PROBLEM TO SOLVE –
Print the first line of the data below and every one after it, through the line containing "# Sketch1 → Boss-Extrude1 (new body)", exactly as written.

─── EXERCISE INPUT

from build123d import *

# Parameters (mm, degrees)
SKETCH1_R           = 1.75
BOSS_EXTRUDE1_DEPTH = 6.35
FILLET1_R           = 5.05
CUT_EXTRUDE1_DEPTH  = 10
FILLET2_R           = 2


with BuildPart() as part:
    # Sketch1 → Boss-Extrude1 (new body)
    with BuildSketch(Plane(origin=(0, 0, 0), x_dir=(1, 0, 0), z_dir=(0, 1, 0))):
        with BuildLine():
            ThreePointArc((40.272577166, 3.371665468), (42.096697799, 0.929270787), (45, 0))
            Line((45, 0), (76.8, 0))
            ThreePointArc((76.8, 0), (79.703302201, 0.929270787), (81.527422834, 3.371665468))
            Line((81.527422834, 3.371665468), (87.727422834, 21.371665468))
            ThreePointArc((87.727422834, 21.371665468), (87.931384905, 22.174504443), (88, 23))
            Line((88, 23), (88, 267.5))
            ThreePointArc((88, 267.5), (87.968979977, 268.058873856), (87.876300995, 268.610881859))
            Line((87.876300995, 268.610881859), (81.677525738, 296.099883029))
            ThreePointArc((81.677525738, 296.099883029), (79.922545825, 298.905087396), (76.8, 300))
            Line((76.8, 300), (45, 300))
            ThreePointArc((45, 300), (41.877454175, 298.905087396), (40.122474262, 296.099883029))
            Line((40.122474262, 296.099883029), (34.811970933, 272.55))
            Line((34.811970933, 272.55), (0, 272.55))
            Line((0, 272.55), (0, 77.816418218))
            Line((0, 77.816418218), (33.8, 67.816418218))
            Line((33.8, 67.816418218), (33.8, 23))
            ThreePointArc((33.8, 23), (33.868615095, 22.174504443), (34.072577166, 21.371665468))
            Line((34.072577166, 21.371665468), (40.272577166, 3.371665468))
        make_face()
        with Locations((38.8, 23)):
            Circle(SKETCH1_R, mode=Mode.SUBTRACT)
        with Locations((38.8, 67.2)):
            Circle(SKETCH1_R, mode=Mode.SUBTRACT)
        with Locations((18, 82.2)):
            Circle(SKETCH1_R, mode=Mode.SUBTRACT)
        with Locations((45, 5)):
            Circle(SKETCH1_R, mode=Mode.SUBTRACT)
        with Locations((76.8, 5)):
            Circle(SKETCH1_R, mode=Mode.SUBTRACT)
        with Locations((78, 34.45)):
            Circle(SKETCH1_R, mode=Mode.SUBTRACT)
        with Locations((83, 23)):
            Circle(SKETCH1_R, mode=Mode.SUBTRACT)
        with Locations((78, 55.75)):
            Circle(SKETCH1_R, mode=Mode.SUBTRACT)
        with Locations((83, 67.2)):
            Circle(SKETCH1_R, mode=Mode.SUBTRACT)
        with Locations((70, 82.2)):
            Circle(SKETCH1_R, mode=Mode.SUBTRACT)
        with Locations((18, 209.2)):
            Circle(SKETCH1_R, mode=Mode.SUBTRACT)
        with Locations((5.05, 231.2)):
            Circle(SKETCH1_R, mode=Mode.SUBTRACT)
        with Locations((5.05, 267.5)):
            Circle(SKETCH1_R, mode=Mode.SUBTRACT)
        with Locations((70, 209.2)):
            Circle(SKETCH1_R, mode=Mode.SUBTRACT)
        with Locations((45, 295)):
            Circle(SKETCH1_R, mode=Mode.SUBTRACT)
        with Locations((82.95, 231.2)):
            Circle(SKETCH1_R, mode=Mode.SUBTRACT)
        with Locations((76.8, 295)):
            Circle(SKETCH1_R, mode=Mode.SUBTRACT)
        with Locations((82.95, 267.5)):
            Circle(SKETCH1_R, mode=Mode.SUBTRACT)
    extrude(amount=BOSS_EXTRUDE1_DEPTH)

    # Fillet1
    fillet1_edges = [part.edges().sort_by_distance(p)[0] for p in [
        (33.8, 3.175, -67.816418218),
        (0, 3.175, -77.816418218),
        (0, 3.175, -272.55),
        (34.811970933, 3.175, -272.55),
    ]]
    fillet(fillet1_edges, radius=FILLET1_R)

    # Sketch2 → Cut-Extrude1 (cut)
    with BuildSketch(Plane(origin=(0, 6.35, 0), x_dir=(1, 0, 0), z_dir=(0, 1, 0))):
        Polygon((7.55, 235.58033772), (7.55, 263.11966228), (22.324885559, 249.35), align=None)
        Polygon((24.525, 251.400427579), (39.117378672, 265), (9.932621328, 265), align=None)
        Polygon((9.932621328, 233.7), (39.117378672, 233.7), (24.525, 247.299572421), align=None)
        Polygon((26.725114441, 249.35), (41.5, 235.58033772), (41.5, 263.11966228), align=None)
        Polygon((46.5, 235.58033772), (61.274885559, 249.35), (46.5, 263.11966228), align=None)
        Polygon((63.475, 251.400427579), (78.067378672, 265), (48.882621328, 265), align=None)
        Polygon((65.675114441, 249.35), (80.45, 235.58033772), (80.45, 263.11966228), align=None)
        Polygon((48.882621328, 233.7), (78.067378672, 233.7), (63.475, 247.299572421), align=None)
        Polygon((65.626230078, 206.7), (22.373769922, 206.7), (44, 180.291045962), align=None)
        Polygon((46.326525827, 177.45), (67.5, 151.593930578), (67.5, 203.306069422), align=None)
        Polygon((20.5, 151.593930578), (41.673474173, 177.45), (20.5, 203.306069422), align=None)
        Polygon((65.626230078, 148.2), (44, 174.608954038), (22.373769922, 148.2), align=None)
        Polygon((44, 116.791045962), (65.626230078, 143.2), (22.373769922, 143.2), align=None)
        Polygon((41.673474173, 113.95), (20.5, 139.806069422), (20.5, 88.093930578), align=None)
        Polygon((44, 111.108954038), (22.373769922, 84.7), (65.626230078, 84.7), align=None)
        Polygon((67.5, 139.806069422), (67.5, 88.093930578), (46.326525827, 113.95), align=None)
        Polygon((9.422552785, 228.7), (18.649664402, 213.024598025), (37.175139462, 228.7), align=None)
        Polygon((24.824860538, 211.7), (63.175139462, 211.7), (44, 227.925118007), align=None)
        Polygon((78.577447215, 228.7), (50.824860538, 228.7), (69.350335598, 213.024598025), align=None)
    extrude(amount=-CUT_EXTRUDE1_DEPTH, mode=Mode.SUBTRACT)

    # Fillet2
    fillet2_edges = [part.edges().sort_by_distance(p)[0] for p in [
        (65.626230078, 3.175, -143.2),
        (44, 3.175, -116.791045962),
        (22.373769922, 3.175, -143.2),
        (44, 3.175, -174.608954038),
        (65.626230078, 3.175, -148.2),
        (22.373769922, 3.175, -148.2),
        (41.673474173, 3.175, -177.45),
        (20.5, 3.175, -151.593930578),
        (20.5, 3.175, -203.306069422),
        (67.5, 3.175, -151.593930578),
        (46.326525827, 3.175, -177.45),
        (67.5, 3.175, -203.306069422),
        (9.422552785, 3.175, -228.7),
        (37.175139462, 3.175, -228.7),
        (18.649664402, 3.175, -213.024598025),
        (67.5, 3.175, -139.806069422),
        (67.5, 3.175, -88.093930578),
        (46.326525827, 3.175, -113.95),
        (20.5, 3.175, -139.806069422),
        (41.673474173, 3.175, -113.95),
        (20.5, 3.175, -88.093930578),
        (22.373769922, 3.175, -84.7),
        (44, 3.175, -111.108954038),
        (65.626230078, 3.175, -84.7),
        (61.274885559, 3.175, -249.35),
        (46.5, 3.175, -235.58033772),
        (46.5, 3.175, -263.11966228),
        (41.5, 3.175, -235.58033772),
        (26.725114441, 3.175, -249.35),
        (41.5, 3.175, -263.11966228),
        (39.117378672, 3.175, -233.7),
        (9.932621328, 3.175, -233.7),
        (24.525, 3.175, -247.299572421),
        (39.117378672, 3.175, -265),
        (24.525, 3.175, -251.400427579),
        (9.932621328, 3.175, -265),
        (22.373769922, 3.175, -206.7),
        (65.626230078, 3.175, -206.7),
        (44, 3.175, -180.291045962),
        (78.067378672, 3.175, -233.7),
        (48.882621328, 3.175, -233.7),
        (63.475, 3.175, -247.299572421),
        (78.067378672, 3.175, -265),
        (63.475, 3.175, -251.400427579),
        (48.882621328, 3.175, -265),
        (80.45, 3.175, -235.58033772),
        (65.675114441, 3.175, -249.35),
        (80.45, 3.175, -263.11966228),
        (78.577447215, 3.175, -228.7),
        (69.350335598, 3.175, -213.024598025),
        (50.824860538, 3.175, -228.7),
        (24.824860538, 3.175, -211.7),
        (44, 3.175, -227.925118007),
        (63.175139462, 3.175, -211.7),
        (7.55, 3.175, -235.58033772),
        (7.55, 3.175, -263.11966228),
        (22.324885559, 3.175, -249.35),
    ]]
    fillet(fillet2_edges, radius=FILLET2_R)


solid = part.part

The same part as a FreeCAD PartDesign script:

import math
import FreeCAD as App
import Part
import Sketcher


def edges_at(feature, points):
    """Names of the edges that pass closest to the given points."""
    edges = feature.Shape.Edges
    near = lambda p: min(range(len(edges)), key=lambda i: edges[i].distToShape(Part.Vertex(*p))[0])
    return sorted({f"Edge{near(p) + 1}" for p in points})


def add_polygon(sketch, points):
    """Adds a closed chain of lines whose ends are joined by coincident constraints."""
    first, n = sketch.GeometryCount, len(points)
    for a, b in zip(points, points[1:] + points[:1]):
        sketch.addGeometry(Part.LineSegment(App.Vector(*a, 0), App.Vector(*b, 0)), False)
    for i in range(n):
        sketch.addConstraint(Sketcher.Constraint("Coincident", first + i, 2, first + (i + 1) % n, 1))

doc = App.newDocument("Part")
body = doc.addObject("PartDesign::Body", "Body")

# Sketch on XZ plane
sketch1 = doc.addObject("Sketcher::SketchObject", "Sketch")
body.addObject(sketch1)
sketch1.AttachmentSupport = (doc.XZ_Plane, [""])
sketch1.MapMode = "FlatFace"
sketch1.addGeometry([
    Part.ArcOfCircle(Part.Circle(App.Vector(45, -5, 0), App.Vector(0, 0, 1), 5), math.radians(90), math.radians(161)),  # 0
    Part.LineSegment(App.Vector(45, 0, 0), App.Vector(76.8, 0, 0)),  # 1
    Part.ArcOfCircle(Part.Circle(App.Vector(76.8, -5, 0), App.Vector(0, 0, 1), 5), math.radians(19), math.radians(90)),  # 2
    Part.LineSegment(App.Vector(81.5, -3.4, 0), App.Vector(87.7, -21.4, 0)),  # 3
    Part.ArcOfCircle(Part.Circle(App.Vector(83, -23, 0), App.Vector(0, 0, 1), 5), math.radians(0), math.radians(19.01)),  # 4
    Part.LineSegment(App.Vector(88, -23, 0), App.Vector(88, -267.5, 0)),  # 5
    Part.ArcOfCircle(Part.Circle(App.Vector(82.9, -267.5, 0), App.Vector(0, 0, 1), 5.1), math.radians(-12.71), math.radians(0)),  # 6
    Part.LineSegment(App.Vector(87.9, -268.6, 0), App.Vector(81.7, -296.1, 0)),  # 7
    Part.ArcOfCircle(Part.Circle(App.Vector(76.8, -295, 0), App.Vector(0, 0, 1), 5), math.radians(-90), math.radians(-13)),  # 8
    Part.LineSegment(App.Vector(76.8, -300, 0), App.Vector(45, -300, 0)),  # 9
    Part.ArcOfCircle(Part.Circle(App.Vector(45, -295, 0), App.Vector(0, 0, 1), 5), math.radians(-167), math.radians(-90)),  # 10
    Part.LineSegment(App.Vector(40.1, -296.1, 0), App.Vector(34.8, -272.6, 0)),  # 11
    Part.LineSegment(App.Vector(34.8, -272.6, 0), App.Vector(0, -272.6, 0)),  # 12
    Part.LineSegment(App.Vector(0, -272.6, 0), App.Vector(0, -77.8, 0)),  # 13
    Part.LineSegment(App.Vector(0, -77.8, 0), App.Vector(33.8, -67.8, 0)),  # 14
    Part.LineSegment(App.Vector(33.8, -67.8, 0), App.Vector(33.8, -23, 0)),  # 15
    Part.ArcOfCircle(Part.Circle(App.Vector(38.8, -23, 0), App.Vector(0, 0, 1), 5), math.radians(160.99), math.radians(180)),  # 16
    Part.LineSegment(App.Vector(34.1, -21.4, 0), App.Vector(40.3, -3.4, 0)),  # 17
    Part.Circle(App.Vector(38.8, -23, 0), App.Vector(0, 0, 1), 1.8),  # 18
    Part.Circle(App.Vector(38.8, -67.2, 0), App.Vector(0, 0, 1), 1.8),  # 19
    Part.Circle(App.Vector(18, -82.2, 0), App.Vector(0, 0, 1), 1.8),  # 20
    Part.Circle(App.Vector(45, -5, 0), App.Vector(0, 0, 1), 1.8),  # 21
    Part.Circle(App.Vector(76.8, -5, 0), App.Vector(0, 0, 1), 1.8),  # 22
    Part.Circle(App.Vector(78, -34.5, 0), App.Vector(0, 0, 1), 1.8),  # 23
    Part.Circle(App.Vector(83, -23, 0), App.Vector(0, 0, 1), 1.8),  # 24
    Part.Circle(App.Vector(78, -55.8, 0), App.Vector(0, 0, 1), 1.8),  # 25
    Part.Circle(App.Vector(83, -67.2, 0), App.Vector(0, 0, 1), 1.8),  # 26
    Part.Circle(App.Vector(70, -82.2, 0), App.Vector(0, 0, 1), 1.8),  # 27
    Part.Circle(App.Vector(18, -209.2, 0), App.Vector(0, 0, 1), 1.8),  # 28
    Part.Circle(App.Vector(5, -231.2, 0), App.Vector(0, 0, 1), 1.8),  # 29
    Part.Circle(App.Vector(5, -267.5, 0), App.Vector(0, 0, 1), 1.8),  # 30
    Part.Circle(App.Vector(70, -209.2, 0), App.Vector(0, 0, 1), 1.8),  # 31
    Part.Circle(App.Vector(45, -295, 0), App.Vector(0, 0, 1), 1.8),  # 32
    Part.Circle(App.Vector(83, -231.2, 0), App.Vector(0, 0, 1), 1.8),  # 33
    Part.Circle(App.Vector(83, -267.5, 0), App.Vector(0, 0, 1), 1.8),  # 34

──────

RESPONSE TO THE EXERCISE –
from build123d import *

# Parameters (mm, degrees)
SKETCH1_R           = 1.75
BOSS_EXTRUDE1_DEPTH = 6.35
FILLET1_R           = 5.05
CUT_EXTRUDE1_DEPTH  = 10
FILLET2_R           = 2


with BuildPart() as part:
    # Sketch1 → Boss-Extrude1 (new body)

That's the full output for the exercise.